Все познается в сравнении. Минуту назад не было человека в полку, более меня обделенного жизнью и горько пенявшего на свою несчастливую судьбу. Но, стоило мне узнать, что Эдик распределился еще хуже меня, то мое собственное положение показалось мне чуть ли не завидным. Всегда приятно, что кому-то еще хуже, чем тебе. От этого на душе как-то легче делается.

Как хорошо, что существует такая вещь как чистка оружия. Занятие нетяжелое, требующее прилежания, а не физической силы, оно позволяет вот так вот, сесть в кружочек и вести неторопливые разговоры. И не надо бегать, ползать и стрелять. Сиди себе и надраивай автомат до блеска. И делом занят, и пот не капает. Но все хорошее когда-нибудь кончается.

— Карантин, становись! — это возник Малёк, отряженный Востриковым, — по машинам.

«Уралы», съехав по серпантину вниз, через кишлак Ханабад доставили нас обратно в полк.

— Орлы! На сегодня занятия окончены. Приготовиться к построению на ужин. Вечером в летнем клубе будет кино. Семин!

— Я!

— Головка от ружья. Если вечером я тебя не буду наблюдать в строю, то до конца службы ты будешь бедным человеком.

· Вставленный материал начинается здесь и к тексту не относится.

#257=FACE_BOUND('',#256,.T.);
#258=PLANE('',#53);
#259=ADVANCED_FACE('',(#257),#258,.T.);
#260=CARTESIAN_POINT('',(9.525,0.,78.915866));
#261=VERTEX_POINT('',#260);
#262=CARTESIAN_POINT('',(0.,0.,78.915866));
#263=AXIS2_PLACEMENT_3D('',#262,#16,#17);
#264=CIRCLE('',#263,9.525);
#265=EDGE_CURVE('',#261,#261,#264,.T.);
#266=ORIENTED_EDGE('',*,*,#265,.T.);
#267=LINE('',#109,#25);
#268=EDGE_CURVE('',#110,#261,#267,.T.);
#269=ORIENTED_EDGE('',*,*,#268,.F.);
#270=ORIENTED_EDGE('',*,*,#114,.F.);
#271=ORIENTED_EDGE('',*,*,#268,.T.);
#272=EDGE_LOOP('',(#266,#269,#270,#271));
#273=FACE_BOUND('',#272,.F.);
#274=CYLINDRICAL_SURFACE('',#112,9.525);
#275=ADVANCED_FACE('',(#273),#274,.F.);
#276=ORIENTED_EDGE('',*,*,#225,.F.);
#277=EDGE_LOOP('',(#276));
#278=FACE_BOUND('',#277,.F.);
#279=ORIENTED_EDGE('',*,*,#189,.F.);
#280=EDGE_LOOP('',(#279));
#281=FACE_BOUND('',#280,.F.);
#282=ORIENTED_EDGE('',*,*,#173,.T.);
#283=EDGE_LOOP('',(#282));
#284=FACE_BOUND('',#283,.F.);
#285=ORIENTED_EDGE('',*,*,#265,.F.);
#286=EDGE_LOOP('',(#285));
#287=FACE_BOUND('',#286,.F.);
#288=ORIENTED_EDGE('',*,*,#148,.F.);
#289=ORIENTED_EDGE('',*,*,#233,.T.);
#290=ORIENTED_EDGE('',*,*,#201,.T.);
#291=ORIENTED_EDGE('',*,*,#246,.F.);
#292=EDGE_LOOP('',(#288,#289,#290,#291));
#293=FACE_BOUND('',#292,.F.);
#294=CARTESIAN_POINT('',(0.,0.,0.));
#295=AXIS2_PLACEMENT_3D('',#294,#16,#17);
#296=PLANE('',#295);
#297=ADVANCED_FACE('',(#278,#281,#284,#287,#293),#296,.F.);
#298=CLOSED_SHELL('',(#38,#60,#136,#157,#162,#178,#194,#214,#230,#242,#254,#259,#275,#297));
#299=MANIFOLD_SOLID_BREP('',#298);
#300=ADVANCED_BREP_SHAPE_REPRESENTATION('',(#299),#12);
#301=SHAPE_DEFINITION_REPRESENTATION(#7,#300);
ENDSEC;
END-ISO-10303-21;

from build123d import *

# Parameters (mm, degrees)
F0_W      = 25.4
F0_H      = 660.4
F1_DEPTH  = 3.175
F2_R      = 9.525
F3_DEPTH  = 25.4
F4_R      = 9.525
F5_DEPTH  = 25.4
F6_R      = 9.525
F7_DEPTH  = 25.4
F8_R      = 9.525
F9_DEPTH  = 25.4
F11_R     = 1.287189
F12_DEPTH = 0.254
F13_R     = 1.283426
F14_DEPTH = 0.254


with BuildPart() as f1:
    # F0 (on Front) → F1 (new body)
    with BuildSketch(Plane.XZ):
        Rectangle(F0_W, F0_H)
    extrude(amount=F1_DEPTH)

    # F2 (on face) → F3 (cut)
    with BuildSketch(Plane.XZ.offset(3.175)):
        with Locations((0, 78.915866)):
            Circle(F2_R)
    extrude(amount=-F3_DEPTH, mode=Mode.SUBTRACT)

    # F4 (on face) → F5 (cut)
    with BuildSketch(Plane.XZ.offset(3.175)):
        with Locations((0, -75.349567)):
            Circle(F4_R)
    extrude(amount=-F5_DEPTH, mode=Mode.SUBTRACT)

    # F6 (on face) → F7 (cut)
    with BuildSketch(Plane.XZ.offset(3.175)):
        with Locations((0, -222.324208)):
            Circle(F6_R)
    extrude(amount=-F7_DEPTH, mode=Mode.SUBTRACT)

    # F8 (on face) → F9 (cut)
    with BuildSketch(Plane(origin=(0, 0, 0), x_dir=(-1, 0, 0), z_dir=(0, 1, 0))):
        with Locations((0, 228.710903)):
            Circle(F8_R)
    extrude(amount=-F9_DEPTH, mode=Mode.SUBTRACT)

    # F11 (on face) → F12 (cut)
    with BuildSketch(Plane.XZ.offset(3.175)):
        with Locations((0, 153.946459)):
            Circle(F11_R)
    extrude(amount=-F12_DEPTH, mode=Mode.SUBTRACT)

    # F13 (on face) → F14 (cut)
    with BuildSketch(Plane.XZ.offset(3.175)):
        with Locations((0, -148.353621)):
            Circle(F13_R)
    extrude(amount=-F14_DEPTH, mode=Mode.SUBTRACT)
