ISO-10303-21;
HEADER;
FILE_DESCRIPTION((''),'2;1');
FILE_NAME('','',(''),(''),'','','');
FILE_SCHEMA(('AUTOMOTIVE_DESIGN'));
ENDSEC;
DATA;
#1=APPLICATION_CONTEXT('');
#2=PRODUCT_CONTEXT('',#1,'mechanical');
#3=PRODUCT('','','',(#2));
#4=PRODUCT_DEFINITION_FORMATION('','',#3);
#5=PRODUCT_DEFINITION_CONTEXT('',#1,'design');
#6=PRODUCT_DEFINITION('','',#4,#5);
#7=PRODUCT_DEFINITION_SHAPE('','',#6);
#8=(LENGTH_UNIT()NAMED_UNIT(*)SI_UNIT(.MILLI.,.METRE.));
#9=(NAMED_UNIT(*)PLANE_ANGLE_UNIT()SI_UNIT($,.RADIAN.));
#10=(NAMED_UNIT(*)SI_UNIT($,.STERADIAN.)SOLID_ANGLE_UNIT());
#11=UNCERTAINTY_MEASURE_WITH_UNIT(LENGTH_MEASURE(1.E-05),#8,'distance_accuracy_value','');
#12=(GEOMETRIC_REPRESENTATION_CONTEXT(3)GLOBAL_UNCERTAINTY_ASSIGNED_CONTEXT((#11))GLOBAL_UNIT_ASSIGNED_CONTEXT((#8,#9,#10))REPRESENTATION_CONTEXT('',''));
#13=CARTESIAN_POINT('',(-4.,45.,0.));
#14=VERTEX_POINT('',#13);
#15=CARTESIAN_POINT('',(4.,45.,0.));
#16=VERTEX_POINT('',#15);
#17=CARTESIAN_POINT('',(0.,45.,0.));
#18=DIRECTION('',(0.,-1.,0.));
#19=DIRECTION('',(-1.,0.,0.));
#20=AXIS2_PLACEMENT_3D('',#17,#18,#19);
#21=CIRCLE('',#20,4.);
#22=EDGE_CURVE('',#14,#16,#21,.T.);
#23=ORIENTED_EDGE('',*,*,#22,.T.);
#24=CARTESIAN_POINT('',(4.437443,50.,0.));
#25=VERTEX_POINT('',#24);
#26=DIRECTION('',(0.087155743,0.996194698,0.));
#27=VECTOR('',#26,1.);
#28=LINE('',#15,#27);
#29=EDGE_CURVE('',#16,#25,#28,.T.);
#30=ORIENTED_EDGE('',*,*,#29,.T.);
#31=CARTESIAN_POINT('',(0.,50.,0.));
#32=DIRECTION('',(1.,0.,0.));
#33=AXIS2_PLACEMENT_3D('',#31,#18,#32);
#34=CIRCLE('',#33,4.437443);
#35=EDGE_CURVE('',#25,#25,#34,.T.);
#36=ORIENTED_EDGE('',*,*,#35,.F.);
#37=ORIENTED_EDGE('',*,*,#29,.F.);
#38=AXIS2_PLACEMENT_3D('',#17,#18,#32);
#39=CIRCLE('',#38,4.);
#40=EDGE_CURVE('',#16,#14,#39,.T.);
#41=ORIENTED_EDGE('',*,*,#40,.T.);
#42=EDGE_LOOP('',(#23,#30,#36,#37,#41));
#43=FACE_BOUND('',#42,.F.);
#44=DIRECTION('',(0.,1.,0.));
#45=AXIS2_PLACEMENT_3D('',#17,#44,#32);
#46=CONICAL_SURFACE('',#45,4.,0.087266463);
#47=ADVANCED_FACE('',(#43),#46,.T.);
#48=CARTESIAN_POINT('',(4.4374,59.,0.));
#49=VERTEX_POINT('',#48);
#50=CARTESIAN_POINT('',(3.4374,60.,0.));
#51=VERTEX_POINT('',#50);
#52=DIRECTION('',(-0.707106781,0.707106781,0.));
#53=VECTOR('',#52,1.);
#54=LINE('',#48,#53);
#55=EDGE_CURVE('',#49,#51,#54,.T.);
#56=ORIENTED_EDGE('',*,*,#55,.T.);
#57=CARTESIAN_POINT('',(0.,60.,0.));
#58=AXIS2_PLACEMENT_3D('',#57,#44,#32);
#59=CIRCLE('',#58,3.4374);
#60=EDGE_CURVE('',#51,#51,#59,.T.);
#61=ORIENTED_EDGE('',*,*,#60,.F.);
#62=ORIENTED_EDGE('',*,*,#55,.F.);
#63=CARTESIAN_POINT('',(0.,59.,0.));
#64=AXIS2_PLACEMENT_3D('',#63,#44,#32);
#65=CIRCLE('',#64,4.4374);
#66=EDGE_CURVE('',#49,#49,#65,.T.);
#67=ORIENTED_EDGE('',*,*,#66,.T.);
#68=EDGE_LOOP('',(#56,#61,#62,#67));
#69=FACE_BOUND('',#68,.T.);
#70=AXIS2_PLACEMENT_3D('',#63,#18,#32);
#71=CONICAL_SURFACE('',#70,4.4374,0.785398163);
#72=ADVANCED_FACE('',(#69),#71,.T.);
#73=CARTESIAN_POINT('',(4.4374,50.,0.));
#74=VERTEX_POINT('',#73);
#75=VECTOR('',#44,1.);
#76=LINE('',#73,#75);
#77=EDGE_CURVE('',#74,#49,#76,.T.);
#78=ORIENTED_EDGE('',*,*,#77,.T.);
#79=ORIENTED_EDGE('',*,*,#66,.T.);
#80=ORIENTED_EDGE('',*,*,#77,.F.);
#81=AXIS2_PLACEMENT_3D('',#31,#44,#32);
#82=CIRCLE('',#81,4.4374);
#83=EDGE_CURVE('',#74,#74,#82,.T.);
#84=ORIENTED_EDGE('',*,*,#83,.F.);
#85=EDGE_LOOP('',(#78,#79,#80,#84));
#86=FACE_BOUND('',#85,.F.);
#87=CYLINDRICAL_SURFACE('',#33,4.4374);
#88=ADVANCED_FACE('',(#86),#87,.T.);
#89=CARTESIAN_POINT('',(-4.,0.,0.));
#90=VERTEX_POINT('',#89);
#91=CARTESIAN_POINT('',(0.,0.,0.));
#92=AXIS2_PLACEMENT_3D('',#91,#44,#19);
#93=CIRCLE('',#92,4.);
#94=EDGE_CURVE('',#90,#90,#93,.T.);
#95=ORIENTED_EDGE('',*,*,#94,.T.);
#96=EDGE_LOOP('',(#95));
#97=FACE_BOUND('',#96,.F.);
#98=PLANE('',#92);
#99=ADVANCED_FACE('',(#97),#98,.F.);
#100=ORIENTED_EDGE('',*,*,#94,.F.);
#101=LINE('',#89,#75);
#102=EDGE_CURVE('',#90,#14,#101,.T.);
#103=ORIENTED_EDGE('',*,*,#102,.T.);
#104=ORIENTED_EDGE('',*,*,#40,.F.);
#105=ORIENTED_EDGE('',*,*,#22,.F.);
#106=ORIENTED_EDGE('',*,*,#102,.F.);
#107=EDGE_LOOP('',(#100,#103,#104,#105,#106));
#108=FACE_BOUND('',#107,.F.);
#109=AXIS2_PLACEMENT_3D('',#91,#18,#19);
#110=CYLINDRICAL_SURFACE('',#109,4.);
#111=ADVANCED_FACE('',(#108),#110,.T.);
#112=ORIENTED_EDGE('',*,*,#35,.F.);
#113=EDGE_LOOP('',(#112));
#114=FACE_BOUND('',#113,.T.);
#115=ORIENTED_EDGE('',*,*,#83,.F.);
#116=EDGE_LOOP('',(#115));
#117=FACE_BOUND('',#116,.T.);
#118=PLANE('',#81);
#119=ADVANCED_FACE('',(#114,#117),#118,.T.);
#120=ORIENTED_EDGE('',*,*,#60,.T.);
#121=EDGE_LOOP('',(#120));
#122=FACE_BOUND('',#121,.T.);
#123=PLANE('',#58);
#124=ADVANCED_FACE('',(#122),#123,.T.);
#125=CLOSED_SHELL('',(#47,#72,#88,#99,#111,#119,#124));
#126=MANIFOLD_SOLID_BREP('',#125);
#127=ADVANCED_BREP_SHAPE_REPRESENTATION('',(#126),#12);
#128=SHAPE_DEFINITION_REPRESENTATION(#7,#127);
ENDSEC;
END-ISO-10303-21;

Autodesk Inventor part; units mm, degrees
ref_plane "YZ Plane" through (0, 0, 0) normal (1, 0, 0) x (0, 1, 0)
ref_plane "XZ Plane" through (0, 0, 0) normal (0, 1, 0) x (-1, 0, 0)
ref_plane "XY Plane" through (0, 0, 0) normal (0, 0, 1) x (1, 0, 0)
sketch "Sketch1" plane through (0, 0, 0) normal (0, 1, 0) x (-1, 0, 0)
  circle A0 centre (0, 0) radius 4
  dimension "d0" = 8
extrude "Extrusion1" add sketch "Sketch1" along normal blind 45
sketch "Sketch2" plane through (0, 45, 0) normal (0, 1, 0) x (1, 0, 0)
  circle A0 centre (0, 0) radius 4 projected
extrude "Extrusion2" add sketch "Sketch2" along normal blind 5 draft 5
sketch "Sketch3" plane through (0, 50, 0) normal (0, 1, 0) x (1, 0, 0)
  circle A0 centre (0, 0) radius 4.4374 projected
extrude "Extrusion3" add sketch "Sketch3" along normal blind 10
chamfer "Chamfer1" distance 1 angle 45 1 edges at (-4.4374, 60, 0)
properties part number "Handbar"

Вопросы?

— Никак нет.

— Вольно, разойдись.

Когда строй рассыпался и народ пошел отмываться перед ужином ко мне подошел Рыжий:

— У тебя сухпай остался?

— Остался, а что? — не понял я.

— Давай вместо ужина постираемся?

— Зачем?

— Чудак! Секи сюда. В карантине пятьдесят четыре человека. Так?

— Ну?

— Вот тебе и «ну»! А кранов всего восемь.

— Ну?

— Баранки гну. Раздели пятьдесят четыре на восемь.

— Ну?

— Вы, мордвины, все такие тупые или тебя одного в армию делегировали?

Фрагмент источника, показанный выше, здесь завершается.